According to the obtained results through its findings, the ESLA algorithm outperformed the other single classifiers, achieving 90.13% classification accuracy, 92.61% sensitivity, and 91.24% specificity. However, by using an ensemble-based strategy, the suggested method was able to attain acceptable results. In addition, this work is compared with existing ensemble-based approaches, the comparison is shown in Table 4, and the graphical representation is shown in Figure 5. The time complexity for the random forest is 2 to 5 minutes, and XGBoost is 10 to 15 minutes. Though the stacked model needs more steps than the individual model, the time complexity of stacked models is 5 to 10 minutes. Since the stacked model is built upon the trained basic classifiers of random forest and XGBoost, the time complexity is less. But, it is not possible to confirm that this model alone yields better results for the prediction of disease in the medical data. This approach is one of such methods which are normally utilized for the classification and predictions. Different results were obtained through different perspectives by different authors where the implementations also vary. But, this approach takes classification methods and implements regression techniques to achieve high-level accuracy through prediction.

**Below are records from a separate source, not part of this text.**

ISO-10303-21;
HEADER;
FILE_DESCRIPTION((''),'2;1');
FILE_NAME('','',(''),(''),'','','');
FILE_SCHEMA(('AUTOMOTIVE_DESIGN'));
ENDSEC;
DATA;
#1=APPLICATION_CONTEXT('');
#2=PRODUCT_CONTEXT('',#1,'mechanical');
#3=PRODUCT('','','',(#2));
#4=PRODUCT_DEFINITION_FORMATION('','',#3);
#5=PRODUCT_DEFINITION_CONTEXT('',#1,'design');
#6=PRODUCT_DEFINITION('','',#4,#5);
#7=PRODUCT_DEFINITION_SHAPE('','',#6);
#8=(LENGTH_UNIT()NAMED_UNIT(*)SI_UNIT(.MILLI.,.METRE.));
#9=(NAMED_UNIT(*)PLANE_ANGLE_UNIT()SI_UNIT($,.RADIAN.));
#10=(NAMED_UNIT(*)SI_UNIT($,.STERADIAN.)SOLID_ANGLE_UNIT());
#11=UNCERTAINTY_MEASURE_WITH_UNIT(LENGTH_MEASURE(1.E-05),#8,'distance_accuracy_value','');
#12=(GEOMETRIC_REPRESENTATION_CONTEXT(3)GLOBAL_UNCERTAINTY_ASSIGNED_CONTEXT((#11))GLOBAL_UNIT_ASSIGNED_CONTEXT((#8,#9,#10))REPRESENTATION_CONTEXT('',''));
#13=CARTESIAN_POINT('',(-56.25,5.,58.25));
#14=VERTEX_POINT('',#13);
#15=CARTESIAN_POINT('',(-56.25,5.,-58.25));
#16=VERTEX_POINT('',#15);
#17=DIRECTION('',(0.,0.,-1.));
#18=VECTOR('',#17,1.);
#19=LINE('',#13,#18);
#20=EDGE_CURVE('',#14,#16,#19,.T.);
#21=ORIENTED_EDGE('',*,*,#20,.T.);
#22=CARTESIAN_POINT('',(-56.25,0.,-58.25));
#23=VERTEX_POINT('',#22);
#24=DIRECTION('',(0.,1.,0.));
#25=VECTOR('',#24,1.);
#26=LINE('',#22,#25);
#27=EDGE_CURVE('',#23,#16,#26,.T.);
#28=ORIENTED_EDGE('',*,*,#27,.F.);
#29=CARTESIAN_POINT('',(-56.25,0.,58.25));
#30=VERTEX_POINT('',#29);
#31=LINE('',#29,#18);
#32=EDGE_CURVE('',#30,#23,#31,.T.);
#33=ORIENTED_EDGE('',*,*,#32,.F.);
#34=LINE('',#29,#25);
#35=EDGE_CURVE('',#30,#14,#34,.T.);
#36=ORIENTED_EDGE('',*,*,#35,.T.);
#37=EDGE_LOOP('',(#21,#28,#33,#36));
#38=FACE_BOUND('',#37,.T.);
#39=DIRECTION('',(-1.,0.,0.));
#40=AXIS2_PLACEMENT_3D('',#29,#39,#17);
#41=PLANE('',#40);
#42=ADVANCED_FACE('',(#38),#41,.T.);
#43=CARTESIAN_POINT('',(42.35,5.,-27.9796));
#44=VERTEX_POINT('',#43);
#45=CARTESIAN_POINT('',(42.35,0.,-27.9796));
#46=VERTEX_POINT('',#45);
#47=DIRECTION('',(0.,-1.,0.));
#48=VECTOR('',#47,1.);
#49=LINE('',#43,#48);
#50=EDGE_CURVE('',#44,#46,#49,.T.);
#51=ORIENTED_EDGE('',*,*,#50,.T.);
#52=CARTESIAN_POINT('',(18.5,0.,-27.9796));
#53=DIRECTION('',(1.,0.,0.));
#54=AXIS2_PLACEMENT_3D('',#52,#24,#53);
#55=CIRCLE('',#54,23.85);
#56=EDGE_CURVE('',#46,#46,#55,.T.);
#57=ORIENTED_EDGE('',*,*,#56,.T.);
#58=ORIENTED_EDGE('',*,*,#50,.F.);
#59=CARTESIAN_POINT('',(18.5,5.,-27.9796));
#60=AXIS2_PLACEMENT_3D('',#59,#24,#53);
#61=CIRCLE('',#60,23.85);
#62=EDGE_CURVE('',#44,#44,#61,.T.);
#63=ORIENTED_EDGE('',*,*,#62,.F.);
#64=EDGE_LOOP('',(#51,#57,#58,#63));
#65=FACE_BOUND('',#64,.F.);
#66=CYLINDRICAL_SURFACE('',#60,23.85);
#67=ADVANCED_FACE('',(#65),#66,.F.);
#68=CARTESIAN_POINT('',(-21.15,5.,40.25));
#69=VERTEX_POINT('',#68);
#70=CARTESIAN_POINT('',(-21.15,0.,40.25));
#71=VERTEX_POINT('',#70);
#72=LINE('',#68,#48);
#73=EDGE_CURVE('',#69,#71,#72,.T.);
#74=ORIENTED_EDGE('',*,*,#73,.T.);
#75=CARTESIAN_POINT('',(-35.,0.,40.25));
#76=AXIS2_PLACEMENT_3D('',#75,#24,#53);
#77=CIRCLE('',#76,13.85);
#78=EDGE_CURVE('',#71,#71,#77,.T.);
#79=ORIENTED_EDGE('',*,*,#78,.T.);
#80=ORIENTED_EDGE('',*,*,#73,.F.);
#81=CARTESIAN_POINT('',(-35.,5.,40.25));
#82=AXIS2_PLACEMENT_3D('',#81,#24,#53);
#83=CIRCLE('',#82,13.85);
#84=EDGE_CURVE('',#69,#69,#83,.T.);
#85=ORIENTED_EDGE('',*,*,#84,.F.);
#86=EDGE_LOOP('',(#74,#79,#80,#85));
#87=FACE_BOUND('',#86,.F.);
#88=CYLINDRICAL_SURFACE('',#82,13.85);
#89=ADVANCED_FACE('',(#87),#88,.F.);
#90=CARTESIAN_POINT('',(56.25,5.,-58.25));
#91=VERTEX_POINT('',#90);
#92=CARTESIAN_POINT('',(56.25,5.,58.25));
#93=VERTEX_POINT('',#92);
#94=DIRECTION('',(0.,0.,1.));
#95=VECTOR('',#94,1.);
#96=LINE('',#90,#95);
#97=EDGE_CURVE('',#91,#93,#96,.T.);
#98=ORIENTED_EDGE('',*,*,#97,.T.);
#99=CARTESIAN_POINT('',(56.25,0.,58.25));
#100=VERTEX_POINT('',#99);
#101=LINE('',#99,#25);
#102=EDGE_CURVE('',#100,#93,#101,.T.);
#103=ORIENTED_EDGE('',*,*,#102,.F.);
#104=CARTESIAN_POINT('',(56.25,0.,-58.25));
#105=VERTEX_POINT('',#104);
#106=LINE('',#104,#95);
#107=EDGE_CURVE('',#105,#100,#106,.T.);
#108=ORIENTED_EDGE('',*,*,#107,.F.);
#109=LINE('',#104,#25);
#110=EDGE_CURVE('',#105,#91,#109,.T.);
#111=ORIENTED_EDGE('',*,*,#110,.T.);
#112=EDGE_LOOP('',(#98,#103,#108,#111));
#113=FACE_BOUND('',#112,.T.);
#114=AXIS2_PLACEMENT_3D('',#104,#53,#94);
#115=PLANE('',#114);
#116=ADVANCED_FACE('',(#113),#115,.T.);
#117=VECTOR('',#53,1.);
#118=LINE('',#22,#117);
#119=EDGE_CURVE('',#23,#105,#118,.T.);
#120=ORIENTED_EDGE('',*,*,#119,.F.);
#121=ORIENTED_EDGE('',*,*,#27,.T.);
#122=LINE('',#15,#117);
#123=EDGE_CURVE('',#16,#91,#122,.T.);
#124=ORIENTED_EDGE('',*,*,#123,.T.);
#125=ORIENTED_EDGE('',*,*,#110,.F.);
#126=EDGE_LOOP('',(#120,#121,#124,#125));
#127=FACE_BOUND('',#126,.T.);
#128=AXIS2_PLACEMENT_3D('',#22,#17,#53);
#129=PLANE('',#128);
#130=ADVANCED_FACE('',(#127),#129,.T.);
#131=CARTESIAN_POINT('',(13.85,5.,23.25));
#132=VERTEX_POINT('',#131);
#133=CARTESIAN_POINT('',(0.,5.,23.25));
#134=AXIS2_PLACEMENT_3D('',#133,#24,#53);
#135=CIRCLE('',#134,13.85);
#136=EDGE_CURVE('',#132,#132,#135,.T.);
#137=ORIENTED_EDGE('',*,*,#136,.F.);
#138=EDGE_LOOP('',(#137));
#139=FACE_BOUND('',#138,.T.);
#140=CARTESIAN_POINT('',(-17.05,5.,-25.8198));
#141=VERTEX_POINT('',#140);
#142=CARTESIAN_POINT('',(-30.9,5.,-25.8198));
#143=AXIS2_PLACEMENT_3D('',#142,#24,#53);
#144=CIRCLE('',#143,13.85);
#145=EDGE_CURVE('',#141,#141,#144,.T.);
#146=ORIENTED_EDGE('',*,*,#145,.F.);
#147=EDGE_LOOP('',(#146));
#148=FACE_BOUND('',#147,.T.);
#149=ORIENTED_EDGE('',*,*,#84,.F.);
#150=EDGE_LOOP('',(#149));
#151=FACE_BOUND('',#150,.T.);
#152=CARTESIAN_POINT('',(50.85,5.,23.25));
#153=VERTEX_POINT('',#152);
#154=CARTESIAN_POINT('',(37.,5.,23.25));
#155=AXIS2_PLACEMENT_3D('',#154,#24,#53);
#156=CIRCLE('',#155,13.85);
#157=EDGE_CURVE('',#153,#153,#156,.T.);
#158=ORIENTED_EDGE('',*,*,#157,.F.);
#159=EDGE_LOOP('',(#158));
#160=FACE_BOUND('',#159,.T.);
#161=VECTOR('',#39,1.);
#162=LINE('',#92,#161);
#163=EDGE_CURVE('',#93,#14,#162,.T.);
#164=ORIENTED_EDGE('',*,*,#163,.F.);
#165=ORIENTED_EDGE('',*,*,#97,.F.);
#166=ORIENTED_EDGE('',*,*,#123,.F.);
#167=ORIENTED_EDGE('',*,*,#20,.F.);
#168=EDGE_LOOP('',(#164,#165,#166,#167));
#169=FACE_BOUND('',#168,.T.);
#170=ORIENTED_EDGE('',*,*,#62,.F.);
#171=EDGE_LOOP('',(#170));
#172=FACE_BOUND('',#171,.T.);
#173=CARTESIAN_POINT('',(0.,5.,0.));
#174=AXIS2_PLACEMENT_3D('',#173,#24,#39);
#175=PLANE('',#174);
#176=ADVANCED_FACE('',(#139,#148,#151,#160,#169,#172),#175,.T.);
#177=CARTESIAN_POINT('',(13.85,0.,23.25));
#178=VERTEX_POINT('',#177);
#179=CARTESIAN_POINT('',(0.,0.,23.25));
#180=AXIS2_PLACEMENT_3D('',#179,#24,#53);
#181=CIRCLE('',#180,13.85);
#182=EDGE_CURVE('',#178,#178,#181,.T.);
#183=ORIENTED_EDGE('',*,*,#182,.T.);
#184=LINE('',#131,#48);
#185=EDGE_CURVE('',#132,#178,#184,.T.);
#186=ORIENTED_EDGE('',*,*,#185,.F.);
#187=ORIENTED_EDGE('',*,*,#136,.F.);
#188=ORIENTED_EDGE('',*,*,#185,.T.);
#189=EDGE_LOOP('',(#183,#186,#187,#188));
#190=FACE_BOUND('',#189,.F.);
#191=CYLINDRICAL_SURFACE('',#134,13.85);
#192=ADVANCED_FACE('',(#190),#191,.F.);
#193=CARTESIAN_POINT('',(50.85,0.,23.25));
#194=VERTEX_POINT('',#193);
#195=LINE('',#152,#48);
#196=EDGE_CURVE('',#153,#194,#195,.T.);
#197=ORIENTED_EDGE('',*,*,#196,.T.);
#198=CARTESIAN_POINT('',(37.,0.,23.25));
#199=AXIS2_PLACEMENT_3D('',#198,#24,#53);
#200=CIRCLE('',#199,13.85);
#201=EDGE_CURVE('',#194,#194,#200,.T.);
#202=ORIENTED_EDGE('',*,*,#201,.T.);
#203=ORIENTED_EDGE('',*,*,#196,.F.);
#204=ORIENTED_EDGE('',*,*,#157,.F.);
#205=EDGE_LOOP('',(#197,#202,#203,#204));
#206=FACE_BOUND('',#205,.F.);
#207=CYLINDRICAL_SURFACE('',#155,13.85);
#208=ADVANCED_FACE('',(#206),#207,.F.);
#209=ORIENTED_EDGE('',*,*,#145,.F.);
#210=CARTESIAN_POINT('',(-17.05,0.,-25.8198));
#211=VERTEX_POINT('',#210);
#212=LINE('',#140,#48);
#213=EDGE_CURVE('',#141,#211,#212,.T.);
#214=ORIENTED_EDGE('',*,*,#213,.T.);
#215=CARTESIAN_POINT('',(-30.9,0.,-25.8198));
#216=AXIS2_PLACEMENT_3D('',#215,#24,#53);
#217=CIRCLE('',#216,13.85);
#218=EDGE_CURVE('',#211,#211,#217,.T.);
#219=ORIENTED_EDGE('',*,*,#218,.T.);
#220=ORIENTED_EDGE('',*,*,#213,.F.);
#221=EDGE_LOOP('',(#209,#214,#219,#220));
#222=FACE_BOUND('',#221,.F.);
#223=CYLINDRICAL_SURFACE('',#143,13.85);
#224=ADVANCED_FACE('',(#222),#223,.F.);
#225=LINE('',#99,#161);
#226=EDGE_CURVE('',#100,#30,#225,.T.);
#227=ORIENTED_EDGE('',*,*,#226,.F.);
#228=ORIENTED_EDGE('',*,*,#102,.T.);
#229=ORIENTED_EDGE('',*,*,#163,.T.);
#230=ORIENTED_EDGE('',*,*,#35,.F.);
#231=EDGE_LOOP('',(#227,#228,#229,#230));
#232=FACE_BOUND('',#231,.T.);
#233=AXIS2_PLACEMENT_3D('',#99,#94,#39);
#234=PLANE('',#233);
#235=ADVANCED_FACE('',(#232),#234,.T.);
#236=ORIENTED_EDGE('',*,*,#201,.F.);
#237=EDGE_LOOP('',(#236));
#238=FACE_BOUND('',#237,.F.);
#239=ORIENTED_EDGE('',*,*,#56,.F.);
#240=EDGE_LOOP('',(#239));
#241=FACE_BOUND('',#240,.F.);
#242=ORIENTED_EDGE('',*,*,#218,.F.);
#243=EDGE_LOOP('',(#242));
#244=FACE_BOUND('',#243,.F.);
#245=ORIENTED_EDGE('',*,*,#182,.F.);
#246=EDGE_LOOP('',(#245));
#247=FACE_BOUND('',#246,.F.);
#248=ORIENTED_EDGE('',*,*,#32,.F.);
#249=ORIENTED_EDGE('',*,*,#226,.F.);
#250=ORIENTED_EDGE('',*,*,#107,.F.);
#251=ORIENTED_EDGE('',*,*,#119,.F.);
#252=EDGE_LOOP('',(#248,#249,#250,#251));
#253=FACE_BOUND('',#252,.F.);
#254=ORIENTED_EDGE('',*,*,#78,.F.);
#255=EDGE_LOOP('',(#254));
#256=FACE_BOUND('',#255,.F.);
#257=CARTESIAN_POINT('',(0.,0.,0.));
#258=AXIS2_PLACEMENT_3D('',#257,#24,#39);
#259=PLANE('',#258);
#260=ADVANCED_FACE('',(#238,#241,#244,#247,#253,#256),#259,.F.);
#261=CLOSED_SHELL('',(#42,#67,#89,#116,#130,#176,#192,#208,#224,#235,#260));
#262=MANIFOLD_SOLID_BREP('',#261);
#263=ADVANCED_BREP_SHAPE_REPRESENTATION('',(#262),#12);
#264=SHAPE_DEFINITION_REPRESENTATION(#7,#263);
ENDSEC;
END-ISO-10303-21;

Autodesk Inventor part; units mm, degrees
ref_plane "YZ Plane" through (0, 0, 0) normal (1, 0, 0) x (0, 1, 0)
ref_plane "XZ Plane" through (0, 0, 0) normal (0, 1, 0) x (-1, 0, 0)
ref_plane "XY Plane" through (0, 0, 0) normal (0, 0, 1) x (1, 0, 0)
sketch "Sketch1" plane through (0, 0, 0) normal (0, 1, 0) x (-1, 0, 0)
  line L0 (-56.25, 58.25) -> (56.25, 58.25)
  line L1 (56.25, 58.25) -> (56.25, -58.25)
  line L2 (56.25, -58.25) -> (-56.25, -58.25)
  line L3 (-56.25, -58.25) -> (-56.25, 58.25)
  line L4 (-56.25, 58.25) -> (56.25, -58.25) construction
  line L5 (56.25, 58.25) -> (-56.25, -58.25) construction
  point P0 (0, 0)
  dimension "d0" = 112.5
  dimension "d1" = 116.5
extrude "Extrusion1" add sketch "Sketch1" along normal blind 5
sketch "Sketch2" plane through (0, 5, 0) normal (0, 1, 0) x (1, 0, 0)
  circle A0 centre (18.5, 27.9796) radius 23.85
  circle A1 centre (37, -23.25) radius 13.85
  circle A2 centre (-35, -40.25) radius 13.85
  circle A3 centre (-30.9, 25.8198) radius 13.85
  circle A4 centre (0, -23.25) radius 13.85
  line L0 (56.25, 58.25) -> (-56.25, 58.25) projected
  line L1 (-56.25, -58.25) -> (56.25, -58.25) projected
  line L2 (0, -105.9299) -> (0, 123.2086) construction
  line L3 (-76.4777, -40.25) -> (-5.35, -40.25) construction
  line L4 (-123.5447, -23.25) -> (82.5572, -23.25) construction
  line L5 (56.25, -58.25) -> (56.25, 58.25) construction
  point P0 (0, 0)
  dimension "d4" = 47.7
  dimension "d5" = 27.7
  dimension "d6" = 27.7
  dimension "d7" = 27.7
  dimension "d8" = 27.7
  dimension "d9" = 116.5
  dimension "d10" = 112.5
  dimension "d13" = 37
  dimension "d14" = 18.5
  dimension "d15" = 30.9
  dimension "d18" = 18
  dimension "d19" = 35
  dimension "d20" = 35
extrude "Extrusion2" cut sketch "Sketch2" against normal blind 5
properties part number "Bottle layout lower plate"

Figure 4 shows the accuracy of the training data set for the chosen stacked models, in which it is identified that the accuracy achieved 100% in XGBoost, Stackedmodel1, and Stackedmodel3. A minimum accuracy is obtained by the RF model.

To evaluate the performance, the proposed ensemble method is compared with other existing methods and shows that the proposed method is better implemented. Actually, results obtained from these methods via its execution at various times which are given in the tables and figures imply that the accuracy is very high for the proposed method ESLA. It is also noted from the tables and figures shown as results produced by this research work that a 90.13 percentage level of accuracy is obtained by the ESLA method, and other methods are less accurate than the ESLA method. From Table 4 and from Figure 5, it is observed that the results obtained by this experiment are very clear that the proposed method ESLA algorithms yield better results compared with all other existing methods via its performance through performance metrics.

5. Conclusions
Nowadays, medical data analysis has many approaches and uses a number of different methods for the diagnostics of diseases. Most of the approaches available in today’s world have used multiple methods. One such method proposed in this research work uses the prediction and classification of Parkinson’s disease from the publicly available data set. Voice-based parameters alone were taken for the prediction of disease. While voice-based Parkinson’s disease categorization has been proven to be effective, current approaches do not have the capacity to evaluate speech samples, which is essential for enhancing Parkinson’s disease classification effectively. Due to the difficulty of medical diagnosis and the prevalence of Parkinson’s disease, it is critical to propose a simple and affordable solution for its accurate and fast identification. Comparing the voice frequency characteristic of persons under controlled settings is an efficient technique to diagnose Parkinson’s disease. This research work utilized a novel approach ensemble stacking learning algorithm (ESLA), a classifier for the identification of Parkinson’s disease. The obtained results compared with the existing ensembles such as RF, XGBoost, logistic regression, AB, and MLP. Different approaches give different types of results, each of which produces many kinds of outcomes. In this work, the proposed method ESLA yields the best results when compared to existing methods via its obtained accuracy and from the other metrics. The same method may be extended to identify other diseases and also to use the other existing methods in the future.
Data Availability
The data taken for this work are from the publicly available data set.
Conflicts of Interest
The authors declare that they have no conflicts of interest.